We give an example with the three-body problem (Barrow-Green, 1997). Consider three planets (simplified as ideal mass points) interacting with each other, according to Newton’s law of motion and Newton’s law of universal gravitation (Newton, 1833). The underlying dynamics governing their motion is:

$${\ddot{\mathbf{r}}}_{\mathbf{i}}=-\sum _{j\ne i}G{m}_j\frac{{\mathbf{r}}_{\mathbf{i}}-{\mathbf{r}}_{\mathbf{j}}}{{\left|{\mathbf{r}}_{\mathbf{i}}-{\mathbf{r}}_{\mathbf{j}}\right|}^3}$$ (32)

where G is the gravitation constant; r_i is the location for planet i, each is of dimension 3; ${\ddot{\mathbf{r}}}_{\mathbf{i}}$ is the 2nd derivative w.r.t time; m_i is the mass of planet i.

We consider the following problem: given observations of trajectory r_i(t), t ∈ [0, T], predict future trajectories r_i(t), t ∈ [T,2T], when mass m_i is unknown.

Models

We consider different models:

1. LSTM with trajectory r_i(t) as input;

2. LSTM-aug-input, with augmented input defined as:

   $$Aug=\{{\mathbf{r}}_{\mathbf{i}},{\mathbf{r}}_{\mathbf{i}}-{\mathbf{r}}_{\mathbf{j}},\frac{{\mathbf{r}}_{\mathbf{i}}-{\mathbf{r}}_{\mathbf{j}}}{{\left|{\mathbf{r}}_{\mathbf{i}}-{\mathbf{r}}_{\mathbf{j}}\right|}^1},\frac{{\mathbf{r}}_{\mathbf{i}}-{\mathbf{r}}_{\mathbf{j}}}{{\left|{\mathbf{r}}_{\mathbf{i}}-{\mathbf{r}}_{\mathbf{j}}\right|}^2},\frac{{\mathbf{r}}_{\mathbf{i}}-{\mathbf{r}}_{\mathbf{j}}}{{\left|{\mathbf{r}}_{\mathbf{i}}-{\mathbf{r}}_{\mathbf{j}}\right|}^3}\},j\ne i$$ (33)
3. NODE, where f is parameterized as a fully-connected layer using augmented input:

   $$\ddot{\mathbf{r}}=FC(Aug)$$ (34)

4. ODE, with f in the form of Eq. 32. In this case, only 3 parameters, the mass of planets, are unknown.

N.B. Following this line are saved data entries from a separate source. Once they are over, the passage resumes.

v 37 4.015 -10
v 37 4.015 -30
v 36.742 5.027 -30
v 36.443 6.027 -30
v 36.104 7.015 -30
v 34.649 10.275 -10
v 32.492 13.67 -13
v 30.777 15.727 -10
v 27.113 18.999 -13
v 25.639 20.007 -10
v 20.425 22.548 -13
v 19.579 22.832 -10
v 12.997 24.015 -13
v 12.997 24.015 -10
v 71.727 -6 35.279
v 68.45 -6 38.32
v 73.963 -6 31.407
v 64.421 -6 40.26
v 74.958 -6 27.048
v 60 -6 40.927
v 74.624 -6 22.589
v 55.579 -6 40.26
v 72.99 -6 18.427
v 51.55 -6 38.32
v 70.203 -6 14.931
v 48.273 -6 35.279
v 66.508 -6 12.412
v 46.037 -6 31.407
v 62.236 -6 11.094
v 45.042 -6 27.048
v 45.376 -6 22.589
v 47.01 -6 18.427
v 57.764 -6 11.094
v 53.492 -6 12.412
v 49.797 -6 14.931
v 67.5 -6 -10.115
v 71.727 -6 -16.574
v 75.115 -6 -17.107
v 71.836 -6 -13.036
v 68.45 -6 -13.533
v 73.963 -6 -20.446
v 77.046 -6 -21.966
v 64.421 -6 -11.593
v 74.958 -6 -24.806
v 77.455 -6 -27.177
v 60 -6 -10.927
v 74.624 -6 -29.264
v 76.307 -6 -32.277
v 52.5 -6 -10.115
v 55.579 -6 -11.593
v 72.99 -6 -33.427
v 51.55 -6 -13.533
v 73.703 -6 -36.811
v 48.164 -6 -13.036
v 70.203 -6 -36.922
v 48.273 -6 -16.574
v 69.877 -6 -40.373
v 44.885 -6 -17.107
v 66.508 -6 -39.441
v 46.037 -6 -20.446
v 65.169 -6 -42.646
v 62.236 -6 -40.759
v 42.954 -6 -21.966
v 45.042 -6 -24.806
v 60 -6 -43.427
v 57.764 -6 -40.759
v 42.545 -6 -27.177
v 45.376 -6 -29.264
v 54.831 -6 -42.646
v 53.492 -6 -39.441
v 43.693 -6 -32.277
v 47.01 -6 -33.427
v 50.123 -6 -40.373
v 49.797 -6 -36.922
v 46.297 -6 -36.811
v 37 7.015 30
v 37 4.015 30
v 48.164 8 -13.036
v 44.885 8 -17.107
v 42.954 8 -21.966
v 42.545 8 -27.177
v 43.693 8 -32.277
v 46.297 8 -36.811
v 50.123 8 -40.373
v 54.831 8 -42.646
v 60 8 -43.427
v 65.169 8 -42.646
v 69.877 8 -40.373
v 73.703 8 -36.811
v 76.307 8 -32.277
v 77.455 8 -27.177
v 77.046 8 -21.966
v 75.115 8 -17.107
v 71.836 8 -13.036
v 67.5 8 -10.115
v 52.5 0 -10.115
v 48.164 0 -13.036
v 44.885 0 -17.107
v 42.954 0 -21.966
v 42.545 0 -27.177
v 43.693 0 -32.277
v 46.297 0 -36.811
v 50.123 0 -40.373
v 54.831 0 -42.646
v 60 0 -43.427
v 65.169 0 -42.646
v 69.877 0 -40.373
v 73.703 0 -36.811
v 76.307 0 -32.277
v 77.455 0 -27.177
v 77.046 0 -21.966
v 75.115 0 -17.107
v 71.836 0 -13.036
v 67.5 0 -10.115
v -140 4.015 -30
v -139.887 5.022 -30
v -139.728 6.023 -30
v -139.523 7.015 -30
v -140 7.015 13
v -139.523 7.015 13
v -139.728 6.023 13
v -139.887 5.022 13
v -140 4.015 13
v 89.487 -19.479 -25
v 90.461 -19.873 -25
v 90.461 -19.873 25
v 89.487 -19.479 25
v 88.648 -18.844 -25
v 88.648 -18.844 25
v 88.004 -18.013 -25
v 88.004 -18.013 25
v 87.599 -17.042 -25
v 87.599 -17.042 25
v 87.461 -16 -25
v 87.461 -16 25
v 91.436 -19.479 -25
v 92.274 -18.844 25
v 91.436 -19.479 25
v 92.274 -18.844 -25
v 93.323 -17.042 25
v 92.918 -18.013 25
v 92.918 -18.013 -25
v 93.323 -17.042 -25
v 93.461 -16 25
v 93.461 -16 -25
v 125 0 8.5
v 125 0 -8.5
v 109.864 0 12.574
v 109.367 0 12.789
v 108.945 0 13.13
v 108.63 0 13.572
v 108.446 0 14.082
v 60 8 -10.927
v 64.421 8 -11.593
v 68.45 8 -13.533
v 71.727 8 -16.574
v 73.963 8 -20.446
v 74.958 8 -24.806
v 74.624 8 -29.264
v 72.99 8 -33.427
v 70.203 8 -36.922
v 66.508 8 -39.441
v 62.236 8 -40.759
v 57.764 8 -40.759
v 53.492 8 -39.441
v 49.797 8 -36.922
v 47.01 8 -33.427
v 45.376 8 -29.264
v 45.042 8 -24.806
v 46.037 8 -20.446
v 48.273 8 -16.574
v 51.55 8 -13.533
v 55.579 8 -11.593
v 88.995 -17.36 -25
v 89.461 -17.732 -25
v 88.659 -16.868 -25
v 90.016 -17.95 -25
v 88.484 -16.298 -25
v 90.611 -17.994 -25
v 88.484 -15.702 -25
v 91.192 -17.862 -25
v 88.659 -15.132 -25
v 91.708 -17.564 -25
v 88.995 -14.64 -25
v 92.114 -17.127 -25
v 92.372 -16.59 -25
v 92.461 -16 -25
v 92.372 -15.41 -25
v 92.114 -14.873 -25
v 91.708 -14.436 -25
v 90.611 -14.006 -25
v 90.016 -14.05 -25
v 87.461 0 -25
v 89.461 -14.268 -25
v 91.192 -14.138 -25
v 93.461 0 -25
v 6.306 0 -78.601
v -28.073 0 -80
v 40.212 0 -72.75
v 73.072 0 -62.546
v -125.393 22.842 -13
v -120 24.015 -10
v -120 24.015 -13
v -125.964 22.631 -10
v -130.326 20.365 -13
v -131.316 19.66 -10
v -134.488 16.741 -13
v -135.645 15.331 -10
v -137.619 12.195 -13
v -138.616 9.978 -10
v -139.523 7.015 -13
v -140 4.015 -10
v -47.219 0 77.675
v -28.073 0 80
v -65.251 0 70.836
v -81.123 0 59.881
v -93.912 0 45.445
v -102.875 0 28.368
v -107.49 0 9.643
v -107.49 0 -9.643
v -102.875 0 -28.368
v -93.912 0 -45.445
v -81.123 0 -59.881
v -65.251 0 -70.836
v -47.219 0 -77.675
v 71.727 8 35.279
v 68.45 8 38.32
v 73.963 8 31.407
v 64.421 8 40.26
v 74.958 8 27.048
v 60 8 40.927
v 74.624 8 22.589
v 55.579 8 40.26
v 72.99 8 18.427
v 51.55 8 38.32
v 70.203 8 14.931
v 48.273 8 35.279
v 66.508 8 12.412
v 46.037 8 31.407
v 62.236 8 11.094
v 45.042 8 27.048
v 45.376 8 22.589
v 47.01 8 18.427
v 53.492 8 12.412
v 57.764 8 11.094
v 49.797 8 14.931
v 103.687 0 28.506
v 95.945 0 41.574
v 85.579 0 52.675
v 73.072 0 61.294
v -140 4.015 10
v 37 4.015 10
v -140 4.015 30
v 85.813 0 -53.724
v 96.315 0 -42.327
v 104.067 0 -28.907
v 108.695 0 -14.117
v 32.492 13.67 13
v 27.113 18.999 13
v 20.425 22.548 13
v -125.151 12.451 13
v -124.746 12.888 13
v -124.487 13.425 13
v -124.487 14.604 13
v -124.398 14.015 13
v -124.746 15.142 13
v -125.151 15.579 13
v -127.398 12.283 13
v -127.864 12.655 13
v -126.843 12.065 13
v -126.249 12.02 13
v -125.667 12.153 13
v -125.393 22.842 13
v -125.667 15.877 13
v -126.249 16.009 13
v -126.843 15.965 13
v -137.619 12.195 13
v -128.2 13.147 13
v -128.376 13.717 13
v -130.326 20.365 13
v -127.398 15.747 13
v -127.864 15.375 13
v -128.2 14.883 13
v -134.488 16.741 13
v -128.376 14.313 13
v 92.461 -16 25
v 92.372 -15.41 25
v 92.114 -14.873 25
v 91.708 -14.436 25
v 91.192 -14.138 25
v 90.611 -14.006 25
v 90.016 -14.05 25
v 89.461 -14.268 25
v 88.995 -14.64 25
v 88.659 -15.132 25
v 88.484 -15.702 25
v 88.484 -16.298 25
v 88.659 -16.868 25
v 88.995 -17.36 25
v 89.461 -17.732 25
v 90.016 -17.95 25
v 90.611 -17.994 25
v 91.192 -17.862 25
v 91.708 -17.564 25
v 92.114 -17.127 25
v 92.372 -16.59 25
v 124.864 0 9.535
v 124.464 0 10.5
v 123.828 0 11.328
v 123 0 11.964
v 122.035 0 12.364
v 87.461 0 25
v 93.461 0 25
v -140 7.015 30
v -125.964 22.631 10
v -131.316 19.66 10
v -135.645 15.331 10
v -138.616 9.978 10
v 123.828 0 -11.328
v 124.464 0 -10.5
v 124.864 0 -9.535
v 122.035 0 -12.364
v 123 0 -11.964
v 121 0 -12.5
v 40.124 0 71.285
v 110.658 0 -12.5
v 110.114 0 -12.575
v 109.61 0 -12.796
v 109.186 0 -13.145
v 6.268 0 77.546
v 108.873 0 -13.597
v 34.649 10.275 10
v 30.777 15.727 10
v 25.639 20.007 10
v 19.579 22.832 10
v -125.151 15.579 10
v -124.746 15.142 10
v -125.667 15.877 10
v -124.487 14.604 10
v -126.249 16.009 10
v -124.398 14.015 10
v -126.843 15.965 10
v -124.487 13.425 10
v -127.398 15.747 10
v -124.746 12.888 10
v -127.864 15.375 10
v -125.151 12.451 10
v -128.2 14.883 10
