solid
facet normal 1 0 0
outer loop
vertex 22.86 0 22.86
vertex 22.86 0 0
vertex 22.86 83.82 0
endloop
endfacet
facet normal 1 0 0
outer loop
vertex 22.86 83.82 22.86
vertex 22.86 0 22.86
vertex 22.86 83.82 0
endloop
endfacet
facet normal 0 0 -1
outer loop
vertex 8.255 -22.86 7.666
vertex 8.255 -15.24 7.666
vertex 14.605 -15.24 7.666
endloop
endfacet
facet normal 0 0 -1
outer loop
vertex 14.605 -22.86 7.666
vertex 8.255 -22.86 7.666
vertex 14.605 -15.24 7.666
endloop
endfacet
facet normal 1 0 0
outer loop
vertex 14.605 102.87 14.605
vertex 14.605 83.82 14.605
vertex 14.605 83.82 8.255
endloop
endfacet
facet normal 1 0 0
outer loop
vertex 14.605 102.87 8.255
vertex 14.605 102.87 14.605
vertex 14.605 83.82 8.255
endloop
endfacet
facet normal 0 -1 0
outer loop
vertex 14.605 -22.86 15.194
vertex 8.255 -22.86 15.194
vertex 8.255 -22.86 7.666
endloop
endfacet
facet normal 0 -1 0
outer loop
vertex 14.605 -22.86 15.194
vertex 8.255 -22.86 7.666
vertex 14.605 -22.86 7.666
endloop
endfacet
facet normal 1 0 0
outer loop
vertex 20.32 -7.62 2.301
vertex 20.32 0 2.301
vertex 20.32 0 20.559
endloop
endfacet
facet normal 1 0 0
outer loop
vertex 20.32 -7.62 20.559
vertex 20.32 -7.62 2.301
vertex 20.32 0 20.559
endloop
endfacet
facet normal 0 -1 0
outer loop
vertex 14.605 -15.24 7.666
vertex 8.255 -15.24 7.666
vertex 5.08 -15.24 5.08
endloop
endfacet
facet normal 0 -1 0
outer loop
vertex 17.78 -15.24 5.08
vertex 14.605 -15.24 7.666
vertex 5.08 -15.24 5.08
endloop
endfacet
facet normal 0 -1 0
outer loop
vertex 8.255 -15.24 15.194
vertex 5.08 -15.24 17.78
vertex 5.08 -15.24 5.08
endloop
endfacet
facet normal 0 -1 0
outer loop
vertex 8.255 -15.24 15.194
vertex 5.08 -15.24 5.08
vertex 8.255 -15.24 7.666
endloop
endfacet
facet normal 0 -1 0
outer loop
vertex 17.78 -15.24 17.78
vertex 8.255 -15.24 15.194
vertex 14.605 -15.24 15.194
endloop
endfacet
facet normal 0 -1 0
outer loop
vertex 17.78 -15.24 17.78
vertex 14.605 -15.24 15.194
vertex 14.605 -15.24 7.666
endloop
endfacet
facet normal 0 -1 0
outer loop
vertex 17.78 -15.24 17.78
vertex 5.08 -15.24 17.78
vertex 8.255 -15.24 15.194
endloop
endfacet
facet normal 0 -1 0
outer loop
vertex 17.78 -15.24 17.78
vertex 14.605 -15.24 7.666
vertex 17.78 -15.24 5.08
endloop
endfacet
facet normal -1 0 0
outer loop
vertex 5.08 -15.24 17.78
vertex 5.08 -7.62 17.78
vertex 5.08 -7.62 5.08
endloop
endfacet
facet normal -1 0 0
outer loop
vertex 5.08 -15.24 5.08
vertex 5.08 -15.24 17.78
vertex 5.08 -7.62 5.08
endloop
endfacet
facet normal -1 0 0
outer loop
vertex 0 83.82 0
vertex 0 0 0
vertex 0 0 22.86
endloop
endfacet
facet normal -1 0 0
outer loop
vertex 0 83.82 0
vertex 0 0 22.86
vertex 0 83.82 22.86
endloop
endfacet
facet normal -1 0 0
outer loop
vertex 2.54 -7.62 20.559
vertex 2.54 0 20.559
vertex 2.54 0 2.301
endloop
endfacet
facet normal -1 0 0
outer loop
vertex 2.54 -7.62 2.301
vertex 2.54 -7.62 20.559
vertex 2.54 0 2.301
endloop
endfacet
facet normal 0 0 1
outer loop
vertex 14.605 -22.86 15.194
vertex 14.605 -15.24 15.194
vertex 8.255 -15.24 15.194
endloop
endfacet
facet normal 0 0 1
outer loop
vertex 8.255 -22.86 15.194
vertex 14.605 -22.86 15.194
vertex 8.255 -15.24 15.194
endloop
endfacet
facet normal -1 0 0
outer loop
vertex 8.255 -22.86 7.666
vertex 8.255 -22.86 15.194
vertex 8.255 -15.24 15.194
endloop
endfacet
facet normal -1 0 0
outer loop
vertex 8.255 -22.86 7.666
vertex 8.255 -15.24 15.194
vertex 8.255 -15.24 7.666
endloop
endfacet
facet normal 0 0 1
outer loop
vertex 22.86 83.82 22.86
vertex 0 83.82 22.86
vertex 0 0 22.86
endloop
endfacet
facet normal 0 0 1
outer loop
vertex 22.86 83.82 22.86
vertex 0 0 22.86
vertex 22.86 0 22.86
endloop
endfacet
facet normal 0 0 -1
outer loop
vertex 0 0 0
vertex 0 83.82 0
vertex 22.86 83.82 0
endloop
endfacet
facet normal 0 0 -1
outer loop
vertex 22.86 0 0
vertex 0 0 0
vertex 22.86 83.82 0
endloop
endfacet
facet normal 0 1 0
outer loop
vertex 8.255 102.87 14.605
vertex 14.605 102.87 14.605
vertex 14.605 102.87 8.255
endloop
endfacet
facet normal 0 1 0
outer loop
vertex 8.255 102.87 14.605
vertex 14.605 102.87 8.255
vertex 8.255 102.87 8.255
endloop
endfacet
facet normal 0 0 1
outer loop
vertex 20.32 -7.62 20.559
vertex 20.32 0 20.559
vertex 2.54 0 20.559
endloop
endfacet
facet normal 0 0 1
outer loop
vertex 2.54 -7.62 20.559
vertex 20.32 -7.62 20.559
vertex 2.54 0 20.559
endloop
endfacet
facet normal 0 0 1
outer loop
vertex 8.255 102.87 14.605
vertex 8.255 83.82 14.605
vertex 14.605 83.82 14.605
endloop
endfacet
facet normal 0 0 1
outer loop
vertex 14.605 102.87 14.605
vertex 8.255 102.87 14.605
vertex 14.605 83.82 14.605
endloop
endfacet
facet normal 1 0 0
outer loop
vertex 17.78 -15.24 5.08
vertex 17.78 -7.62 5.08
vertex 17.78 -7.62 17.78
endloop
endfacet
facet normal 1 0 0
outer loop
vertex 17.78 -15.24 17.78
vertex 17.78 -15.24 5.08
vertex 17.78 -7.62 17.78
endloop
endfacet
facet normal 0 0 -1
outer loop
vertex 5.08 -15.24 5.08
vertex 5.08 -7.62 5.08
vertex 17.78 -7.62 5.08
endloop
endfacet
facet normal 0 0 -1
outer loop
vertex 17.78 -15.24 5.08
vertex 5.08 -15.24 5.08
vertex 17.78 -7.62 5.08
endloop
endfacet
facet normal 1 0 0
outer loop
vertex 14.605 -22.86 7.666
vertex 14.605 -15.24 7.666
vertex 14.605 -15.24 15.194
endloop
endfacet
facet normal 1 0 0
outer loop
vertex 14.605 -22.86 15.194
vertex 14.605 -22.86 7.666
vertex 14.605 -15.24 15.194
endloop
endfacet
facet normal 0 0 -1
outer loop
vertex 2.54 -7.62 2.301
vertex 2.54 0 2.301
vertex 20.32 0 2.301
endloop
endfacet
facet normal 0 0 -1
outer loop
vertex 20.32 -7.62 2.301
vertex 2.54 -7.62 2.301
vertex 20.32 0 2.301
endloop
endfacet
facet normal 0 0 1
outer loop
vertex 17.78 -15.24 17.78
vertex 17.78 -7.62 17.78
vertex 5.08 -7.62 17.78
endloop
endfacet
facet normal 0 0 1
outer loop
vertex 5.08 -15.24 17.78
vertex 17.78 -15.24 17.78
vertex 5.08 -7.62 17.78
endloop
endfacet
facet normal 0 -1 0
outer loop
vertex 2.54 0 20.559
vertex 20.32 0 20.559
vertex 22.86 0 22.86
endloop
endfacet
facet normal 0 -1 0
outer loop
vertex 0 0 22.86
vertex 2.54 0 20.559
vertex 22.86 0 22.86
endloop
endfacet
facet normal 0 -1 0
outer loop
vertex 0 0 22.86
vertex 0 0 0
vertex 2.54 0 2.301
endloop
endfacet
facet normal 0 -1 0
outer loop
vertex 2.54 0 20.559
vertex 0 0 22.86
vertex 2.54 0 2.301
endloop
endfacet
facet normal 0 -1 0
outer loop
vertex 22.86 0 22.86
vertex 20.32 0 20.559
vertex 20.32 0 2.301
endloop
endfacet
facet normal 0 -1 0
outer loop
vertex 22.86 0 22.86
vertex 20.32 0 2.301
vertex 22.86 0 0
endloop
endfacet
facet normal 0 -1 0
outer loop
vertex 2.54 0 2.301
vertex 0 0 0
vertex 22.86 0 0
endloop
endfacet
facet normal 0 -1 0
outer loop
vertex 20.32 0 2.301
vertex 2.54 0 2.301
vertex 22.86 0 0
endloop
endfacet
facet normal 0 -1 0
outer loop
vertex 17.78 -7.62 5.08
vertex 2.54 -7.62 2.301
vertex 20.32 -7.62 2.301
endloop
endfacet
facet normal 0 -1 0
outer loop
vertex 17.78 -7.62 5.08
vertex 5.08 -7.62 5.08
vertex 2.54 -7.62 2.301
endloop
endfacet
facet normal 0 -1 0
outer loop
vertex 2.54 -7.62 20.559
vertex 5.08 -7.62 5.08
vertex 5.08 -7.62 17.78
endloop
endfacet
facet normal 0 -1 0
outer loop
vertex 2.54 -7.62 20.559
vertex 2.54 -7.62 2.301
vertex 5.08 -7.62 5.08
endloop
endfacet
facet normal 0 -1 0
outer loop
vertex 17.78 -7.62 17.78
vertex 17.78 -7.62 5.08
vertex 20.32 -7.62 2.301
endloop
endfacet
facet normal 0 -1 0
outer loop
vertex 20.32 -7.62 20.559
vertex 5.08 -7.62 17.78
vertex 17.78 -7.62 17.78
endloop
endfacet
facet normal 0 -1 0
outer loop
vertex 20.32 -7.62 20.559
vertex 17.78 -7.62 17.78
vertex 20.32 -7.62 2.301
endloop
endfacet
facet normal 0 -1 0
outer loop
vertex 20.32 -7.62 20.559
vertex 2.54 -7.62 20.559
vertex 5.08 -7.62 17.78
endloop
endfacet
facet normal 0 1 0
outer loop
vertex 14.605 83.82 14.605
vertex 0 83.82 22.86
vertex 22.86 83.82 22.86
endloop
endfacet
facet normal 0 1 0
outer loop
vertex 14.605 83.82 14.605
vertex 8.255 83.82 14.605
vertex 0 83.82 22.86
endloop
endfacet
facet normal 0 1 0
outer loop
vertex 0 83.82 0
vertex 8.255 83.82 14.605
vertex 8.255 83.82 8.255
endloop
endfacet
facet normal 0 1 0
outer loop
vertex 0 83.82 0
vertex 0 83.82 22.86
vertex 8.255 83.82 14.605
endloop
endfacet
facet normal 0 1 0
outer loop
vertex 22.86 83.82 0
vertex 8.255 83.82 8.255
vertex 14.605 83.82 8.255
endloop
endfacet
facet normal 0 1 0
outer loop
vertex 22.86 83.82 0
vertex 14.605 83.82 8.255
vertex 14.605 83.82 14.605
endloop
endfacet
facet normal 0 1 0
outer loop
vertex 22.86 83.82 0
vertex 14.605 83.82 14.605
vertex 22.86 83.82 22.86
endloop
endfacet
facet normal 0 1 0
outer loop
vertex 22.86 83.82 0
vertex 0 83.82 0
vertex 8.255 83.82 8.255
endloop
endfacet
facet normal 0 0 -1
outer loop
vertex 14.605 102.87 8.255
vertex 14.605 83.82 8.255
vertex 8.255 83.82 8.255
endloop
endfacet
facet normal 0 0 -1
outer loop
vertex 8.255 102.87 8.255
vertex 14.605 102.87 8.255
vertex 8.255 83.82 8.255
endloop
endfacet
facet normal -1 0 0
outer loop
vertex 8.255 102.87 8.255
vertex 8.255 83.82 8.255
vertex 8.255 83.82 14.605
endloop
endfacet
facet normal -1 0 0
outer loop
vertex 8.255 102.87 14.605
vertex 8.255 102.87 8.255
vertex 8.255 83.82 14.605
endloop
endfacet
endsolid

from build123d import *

# Parameters (mm, degrees)
F0_W     = 22.86
F0_H     = 83.82
F1_DEPTH = 22.86
F3_DEPTH = 19.05
F5_DEPTH = 7.62
F6_W     = 6.35
F6_H     = 6.35
F7_DEPTH = 7.62
F9_DEPTH = 7.62


with BuildPart() as f1:
    # F0 (on Top) → F1 (new body)
    with BuildSketch(Plane.XY):
        with Locations((11.43, 41.91)):
            Rectangle(F0_W, F0_H)
    extrude(amount=F1_DEPTH)

    # F2 (on face) → F3 (join)
    with BuildSketch(Plane(origin=(0, 83.82, 0), x_dir=(-1, 0, 0), z_dir=(0, 1, 0))):
        Polygon((-8.255, 8.255), (-8.255, 14.605), (-14.605, 14.605), (-14.605, 11.43), (-14.605, 8.255), align=None)
    extrude(amount=F3_DEPTH)

    # F4 (on face) → F5 (join)
    with BuildSketch(Plane.XZ):
        Polygon((20.32, 20.559318), (2.54, 20.559318), (2.54, 11.43), (2.54, 2.300682), (20.32, 2.300682), align=None)
    extrude(amount=F5_DEPTH)

    # F6 (on face) → F7 (join)
    with BuildSketch(Plane.XZ.offset(7.62)):
        with Locations((8.255, 14.605)):
            Rectangle(F6_W, F6_H)
        Polygon((11.43, 11.43), (5.08, 11.43), (5.08, 5.08), (17.78, 5.08), (17.78, 17.78), (11.43, 17.78), align=None)
    extrude(amount=F7_DEPTH)

    # F8 (on face) → F9 (join)
    with BuildSketch(Plane.XZ.offset(15.24)):
        Polygon((14.605, 15.194485), (8.255, 15.194485), (8.255, 11.43), (8.255, 7.665515), (14.605, 7.665515), align=None)
    extrude(amount=F9_DEPTH)


solid = f1.part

With augmented input, the model knows partial information: the trajectory is related to the distance between planets. The ODE model has full knowledge of the system.

Results

We simulate a 3-body system with unequal masses and arbitrary initial conditions, use time range [0,1] year for training, and measure the mean MSE of trajectory on [0,2] years. Results are reported in Fig. 8 and Table 5, with details in Appendix D. We provide videos ¹ for better visualization. With no knowledge, the LSTM model fails due to the chaotic nature (Barrow-Green, 1997) of the three-body system and limited training data. With partial knowledge, NODE-ACA outperforms LSTM. With full knowledge, ODE performs the best. ACA outperforms adjoint and naive method, and supports general ODEs.

Figure 8.

Fitted trajectory (orange dashed curve) and ground truth (blue solid curve) for one planet in 3D space. Two trajectories almost overlap in the rightmost figure. Display is adaptively determined in Python for each figure, but ground truth is the same. Time range is [0,1] year for training, and [0,2] years for visualization. Figures are in the same order as Table. 5.

Table 5.

Results of 3 runs for three-body problem. Training data time range is [0,1] year, MSE is measured on range [0,2] years.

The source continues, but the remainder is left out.